Only certain lines below are wanted: those starting at the line containing "#358=AXIS2_PLACEMENT_3D('',#76,#40,#94);" and ending at the line containing "#394=ORIENTED_EDGE('',*,*,#241,.F.);", both included, each retyped exactly.
#### DATA EXCERPTS ####
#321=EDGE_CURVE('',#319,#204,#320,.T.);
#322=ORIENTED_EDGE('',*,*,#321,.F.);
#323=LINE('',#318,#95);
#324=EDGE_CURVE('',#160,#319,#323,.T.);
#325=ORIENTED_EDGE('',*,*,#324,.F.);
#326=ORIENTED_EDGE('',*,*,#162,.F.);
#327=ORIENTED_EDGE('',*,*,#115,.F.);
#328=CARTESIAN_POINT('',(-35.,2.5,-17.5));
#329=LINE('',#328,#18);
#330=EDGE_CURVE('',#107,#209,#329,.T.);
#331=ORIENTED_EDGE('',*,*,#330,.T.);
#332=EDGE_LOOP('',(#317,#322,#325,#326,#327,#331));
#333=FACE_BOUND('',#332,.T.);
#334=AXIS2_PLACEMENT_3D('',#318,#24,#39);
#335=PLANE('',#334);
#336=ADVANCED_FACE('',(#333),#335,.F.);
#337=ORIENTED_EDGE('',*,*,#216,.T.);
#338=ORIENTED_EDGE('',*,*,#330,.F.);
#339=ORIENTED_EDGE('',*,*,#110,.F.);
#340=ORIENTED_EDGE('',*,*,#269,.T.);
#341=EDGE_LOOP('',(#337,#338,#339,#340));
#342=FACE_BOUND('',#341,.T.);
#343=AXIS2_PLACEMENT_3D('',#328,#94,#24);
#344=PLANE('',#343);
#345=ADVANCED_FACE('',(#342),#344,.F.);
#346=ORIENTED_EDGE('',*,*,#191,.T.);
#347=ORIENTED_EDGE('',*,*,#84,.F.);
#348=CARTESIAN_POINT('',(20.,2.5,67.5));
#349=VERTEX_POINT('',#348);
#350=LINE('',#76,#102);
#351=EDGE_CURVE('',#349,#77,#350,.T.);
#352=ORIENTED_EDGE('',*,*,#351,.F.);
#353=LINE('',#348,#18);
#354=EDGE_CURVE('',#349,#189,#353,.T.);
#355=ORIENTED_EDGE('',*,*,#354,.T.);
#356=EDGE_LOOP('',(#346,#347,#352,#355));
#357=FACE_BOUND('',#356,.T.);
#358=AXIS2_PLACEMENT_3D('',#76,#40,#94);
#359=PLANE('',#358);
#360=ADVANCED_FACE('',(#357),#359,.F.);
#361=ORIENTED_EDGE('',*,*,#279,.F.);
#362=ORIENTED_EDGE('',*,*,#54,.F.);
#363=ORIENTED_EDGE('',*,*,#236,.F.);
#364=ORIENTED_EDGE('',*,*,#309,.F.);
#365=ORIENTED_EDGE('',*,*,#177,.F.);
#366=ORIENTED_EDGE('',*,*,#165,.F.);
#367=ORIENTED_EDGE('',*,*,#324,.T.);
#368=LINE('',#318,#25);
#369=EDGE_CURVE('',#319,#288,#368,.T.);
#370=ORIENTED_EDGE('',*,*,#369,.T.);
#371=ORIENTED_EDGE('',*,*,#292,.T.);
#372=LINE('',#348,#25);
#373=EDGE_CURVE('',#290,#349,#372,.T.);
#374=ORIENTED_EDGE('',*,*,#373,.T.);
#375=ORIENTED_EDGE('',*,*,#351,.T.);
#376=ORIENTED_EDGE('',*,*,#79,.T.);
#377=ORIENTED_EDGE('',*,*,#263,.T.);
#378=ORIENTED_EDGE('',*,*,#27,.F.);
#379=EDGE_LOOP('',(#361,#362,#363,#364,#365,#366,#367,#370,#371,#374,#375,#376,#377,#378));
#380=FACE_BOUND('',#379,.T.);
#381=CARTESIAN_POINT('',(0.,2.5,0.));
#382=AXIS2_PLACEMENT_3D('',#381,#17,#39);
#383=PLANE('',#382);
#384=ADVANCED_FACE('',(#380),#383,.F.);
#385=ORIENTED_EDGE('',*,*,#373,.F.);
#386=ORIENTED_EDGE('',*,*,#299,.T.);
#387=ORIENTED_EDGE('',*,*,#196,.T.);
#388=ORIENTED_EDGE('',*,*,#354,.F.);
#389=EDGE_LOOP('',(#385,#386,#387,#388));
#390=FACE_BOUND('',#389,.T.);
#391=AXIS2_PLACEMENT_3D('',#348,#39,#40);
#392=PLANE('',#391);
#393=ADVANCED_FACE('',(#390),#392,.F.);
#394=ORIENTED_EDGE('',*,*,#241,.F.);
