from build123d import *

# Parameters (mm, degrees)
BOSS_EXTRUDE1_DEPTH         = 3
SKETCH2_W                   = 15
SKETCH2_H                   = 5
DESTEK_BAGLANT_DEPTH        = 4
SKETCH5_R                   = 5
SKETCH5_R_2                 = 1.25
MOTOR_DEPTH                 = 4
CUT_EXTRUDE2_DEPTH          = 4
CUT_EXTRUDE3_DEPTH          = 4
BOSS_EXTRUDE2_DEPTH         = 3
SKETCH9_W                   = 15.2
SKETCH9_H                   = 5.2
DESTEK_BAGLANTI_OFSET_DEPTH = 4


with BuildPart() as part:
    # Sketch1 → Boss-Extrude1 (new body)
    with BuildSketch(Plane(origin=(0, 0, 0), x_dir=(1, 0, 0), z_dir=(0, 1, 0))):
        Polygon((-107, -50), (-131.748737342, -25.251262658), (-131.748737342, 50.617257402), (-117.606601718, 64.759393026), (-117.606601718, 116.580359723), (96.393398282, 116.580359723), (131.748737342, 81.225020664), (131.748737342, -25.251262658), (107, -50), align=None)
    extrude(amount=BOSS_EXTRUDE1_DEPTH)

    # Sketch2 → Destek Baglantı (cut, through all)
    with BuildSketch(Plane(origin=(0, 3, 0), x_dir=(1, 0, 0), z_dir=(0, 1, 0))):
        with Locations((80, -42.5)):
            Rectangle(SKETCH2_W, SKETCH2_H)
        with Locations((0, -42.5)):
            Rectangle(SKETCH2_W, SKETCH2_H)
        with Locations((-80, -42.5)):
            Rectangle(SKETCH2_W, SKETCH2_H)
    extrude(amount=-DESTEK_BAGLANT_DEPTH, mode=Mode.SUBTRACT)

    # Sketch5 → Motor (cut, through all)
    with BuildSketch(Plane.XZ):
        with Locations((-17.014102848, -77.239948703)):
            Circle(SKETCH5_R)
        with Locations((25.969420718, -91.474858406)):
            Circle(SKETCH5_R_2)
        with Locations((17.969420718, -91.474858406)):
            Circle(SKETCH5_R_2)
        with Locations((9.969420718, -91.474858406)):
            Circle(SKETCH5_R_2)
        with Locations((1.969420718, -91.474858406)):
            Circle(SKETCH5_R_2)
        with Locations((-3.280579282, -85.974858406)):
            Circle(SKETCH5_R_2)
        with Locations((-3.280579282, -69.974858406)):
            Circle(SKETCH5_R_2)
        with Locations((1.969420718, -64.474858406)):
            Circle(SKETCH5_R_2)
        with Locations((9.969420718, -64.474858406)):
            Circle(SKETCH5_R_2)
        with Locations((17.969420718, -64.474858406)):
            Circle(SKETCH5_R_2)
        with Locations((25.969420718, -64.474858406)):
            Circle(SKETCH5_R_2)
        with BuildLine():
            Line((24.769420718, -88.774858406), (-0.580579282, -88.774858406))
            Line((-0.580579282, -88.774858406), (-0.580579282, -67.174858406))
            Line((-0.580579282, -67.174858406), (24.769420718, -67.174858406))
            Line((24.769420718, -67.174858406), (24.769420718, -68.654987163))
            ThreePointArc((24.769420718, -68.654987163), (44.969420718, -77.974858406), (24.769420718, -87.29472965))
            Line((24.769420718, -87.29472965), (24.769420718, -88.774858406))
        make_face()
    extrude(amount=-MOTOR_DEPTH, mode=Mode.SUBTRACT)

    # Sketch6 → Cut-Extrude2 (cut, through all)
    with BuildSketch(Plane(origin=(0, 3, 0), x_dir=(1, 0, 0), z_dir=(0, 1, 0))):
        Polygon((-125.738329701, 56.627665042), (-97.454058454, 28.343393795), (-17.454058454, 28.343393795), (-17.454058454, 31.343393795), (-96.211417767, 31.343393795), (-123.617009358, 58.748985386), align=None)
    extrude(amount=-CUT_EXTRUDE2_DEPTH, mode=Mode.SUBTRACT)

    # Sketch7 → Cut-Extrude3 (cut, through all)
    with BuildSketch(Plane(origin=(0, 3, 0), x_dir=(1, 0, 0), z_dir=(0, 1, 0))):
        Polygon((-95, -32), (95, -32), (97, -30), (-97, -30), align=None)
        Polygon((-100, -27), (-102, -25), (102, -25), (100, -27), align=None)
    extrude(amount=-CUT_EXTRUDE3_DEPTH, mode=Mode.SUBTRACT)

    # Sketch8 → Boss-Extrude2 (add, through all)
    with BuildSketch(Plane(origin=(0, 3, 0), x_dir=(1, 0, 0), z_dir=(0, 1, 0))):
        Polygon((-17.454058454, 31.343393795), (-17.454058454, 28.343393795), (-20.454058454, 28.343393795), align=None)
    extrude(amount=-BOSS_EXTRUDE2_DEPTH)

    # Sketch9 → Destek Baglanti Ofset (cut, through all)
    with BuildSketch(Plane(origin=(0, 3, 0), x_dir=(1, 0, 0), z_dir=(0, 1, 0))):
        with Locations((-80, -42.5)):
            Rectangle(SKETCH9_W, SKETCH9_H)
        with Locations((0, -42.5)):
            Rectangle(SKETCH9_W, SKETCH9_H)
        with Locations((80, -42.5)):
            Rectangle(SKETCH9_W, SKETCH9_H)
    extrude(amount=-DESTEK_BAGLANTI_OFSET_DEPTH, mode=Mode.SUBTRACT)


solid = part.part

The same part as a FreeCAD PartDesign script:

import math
import FreeCAD as App
import Part
import Sketcher
from FreeCAD import Vector
Q = App.Units.Quantity

doc = App.newDocument("Part")
body = doc.addObject("PartDesign::Body", "Body")

# Sketch on XZ plane
sketch1 = doc.addObject("Sketcher::SketchObject", "Sketch")
body.addObject(sketch1)
sketch1.AttachmentSupport = (doc.XZ_Plane, [""])
sketch1.MapMode = "FlatFace"
sketch1.addGeometry([
    Part.LineSegment(Vector(-132, 25, 0), Vector(-107, 50, 0)),  # 0
    Part.LineSegment(Vector(-107, 50, 0), Vector(107, 50, 0)),  # 1
    Part.LineSegment(Vector(107, 50, 0), Vector(132, 25, 0)),  # 2
    Part.LineSegment(Vector(132, 25, 0), Vector(132, -81, 0)),  # 3
    Part.LineSegment(Vector(132, -81, 0), Vector(96, -117, 0)),  # 4
    Part.LineSegment(Vector(96, -117, 0), Vector(-118, -117, 0)),  # 5
    Part.LineSegment(Vector(-118, -117, 0), Vector(-118, -65, 0)),  # 6
    Part.LineSegment(Vector(-118, -65, 0), Vector(-132, -51, 0)),  # 7
    Part.LineSegment(Vector(-132, -51, 0), Vector(-132, 25, 0)),  # 8
], False)
sketch1.addConstraint([
    Sketcher.Constraint("Coincident", 0, 2, 1, 1),
    Sketcher.Constraint("Coincident", 1, 2, 2, 1),
    Sketcher.Constraint("Coincident", 2, 2, 3, 1),
    Sketcher.Constraint("Coincident", 3, 2, 4, 1),
    Sketcher.Constraint("Coincident", 4, 2, 5, 1),
    Sketcher.Constraint("Coincident", 5, 2, 6, 1),
    Sketcher.Constraint("Coincident", 6, 2, 7, 1),
    Sketcher.Constraint("Coincident", 7, 2, 8, 1),
    Sketcher.Constraint("Coincident", 8, 2, 0, 1),
    Sketcher.Constraint("Horizontal", 1),
    Sketcher.Constraint("Vertical", 3),
    Sketcher.Constraint("Horizontal", 5),
    Sketcher.Constraint("Vertical", 6),
    Sketcher.Constraint("Vertical", 8),
    Sketcher.Constraint("Symmetric", 2, 2, 8, 2, -2),
    Sketcher.Constraint("Perpendicular", 0, 2),
    Sketcher.Constraint("Perpendicular", 2, 4),
    Sketcher.Constraint("Perpendicular", 4, 7),
    Sketcher.Constraint("Equal", 1, 5),
    Sketcher.Constraint("Equal", 0, 2),
    Sketcher.Constraint("DistanceX", 1, 1, 1, 2, Q("214 mm")),
    Sketcher.Constraint("Distance", 0, Q("35 mm")),
    Sketcher.Constraint("Distance", 4, Q("50 mm")),
    Sketcher.Constraint("DistanceY", -1, 1, 0, 2, Q("50 mm")),
    Sketcher.Constraint("DistanceY", 8, 1, 8, 2, Q("75.86852 mm")),
    Sketcher.Constraint("DistanceY", 3, 2, 3, 1, Q("106.476283 mm")),
])
pad1 = doc.addObject("PartDesign::Pad", "Pad")
body.addObject(pad1)
pad1.Profile = sketch1
pad1.Length = 3
pad1.Reversed = True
####
=== RESULT BELOW ===
#358=AXIS2_PLACEMENT_3D('',#76,#40,#94);
#359=PLANE('',#358);
#360=ADVANCED_FACE('',(#357),#359,.F.);
#361=ORIENTED_EDGE('',*,*,#279,.F.);
#362=ORIENTED_EDGE('',*,*,#54,.F.);
#363=ORIENTED_EDGE('',*,*,#236,.F.);
#364=ORIENTED_EDGE('',*,*,#309,.F.);
#365=ORIENTED_EDGE('',*,*,#177,.F.);
#366=ORIENTED_EDGE('',*,*,#165,.F.);
#367=ORIENTED_EDGE('',*,*,#324,.T.);
#368=LINE('',#318,#25);
#369=EDGE_CURVE('',#319,#288,#368,.T.);
#370=ORIENTED_EDGE('',*,*,#369,.T.);
#371=ORIENTED_EDGE('',*,*,#292,.T.);
#372=LINE('',#348,#25);
#373=EDGE_CURVE('',#290,#349,#372,.T.);
#374=ORIENTED_EDGE('',*,*,#373,.T.);
#375=ORIENTED_EDGE('',*,*,#351,.T.);
#376=ORIENTED_EDGE('',*,*,#79,.T.);
#377=ORIENTED_EDGE('',*,*,#263,.T.);
#378=ORIENTED_EDGE('',*,*,#27,.F.);
#379=EDGE_LOOP('',(#361,#362,#363,#364,#365,#366,#367,#370,#371,#374,#375,#376,#377,#378));
#380=FACE_BOUND('',#379,.T.);
#381=CARTESIAN_POINT('',(0.,2.5,0.));
#382=AXIS2_PLACEMENT_3D('',#381,#17,#39);
#383=PLANE('',#382);
#384=ADVANCED_FACE('',(#380),#383,.F.);
#385=ORIENTED_EDGE('',*,*,#373,.F.);
#386=ORIENTED_EDGE('',*,*,#299,.T.);
#387=ORIENTED_EDGE('',*,*,#196,.T.);
#388=ORIENTED_EDGE('',*,*,#354,.F.);
#389=EDGE_LOOP('',(#385,#386,#387,#388));
#390=FACE_BOUND('',#389,.T.);
#391=AXIS2_PLACEMENT_3D('',#348,#39,#40);
#392=PLANE('',#391);
#393=ADVANCED_FACE('',(#390),#392,.F.);
#394=ORIENTED_EDGE('',*,*,#241,.F.);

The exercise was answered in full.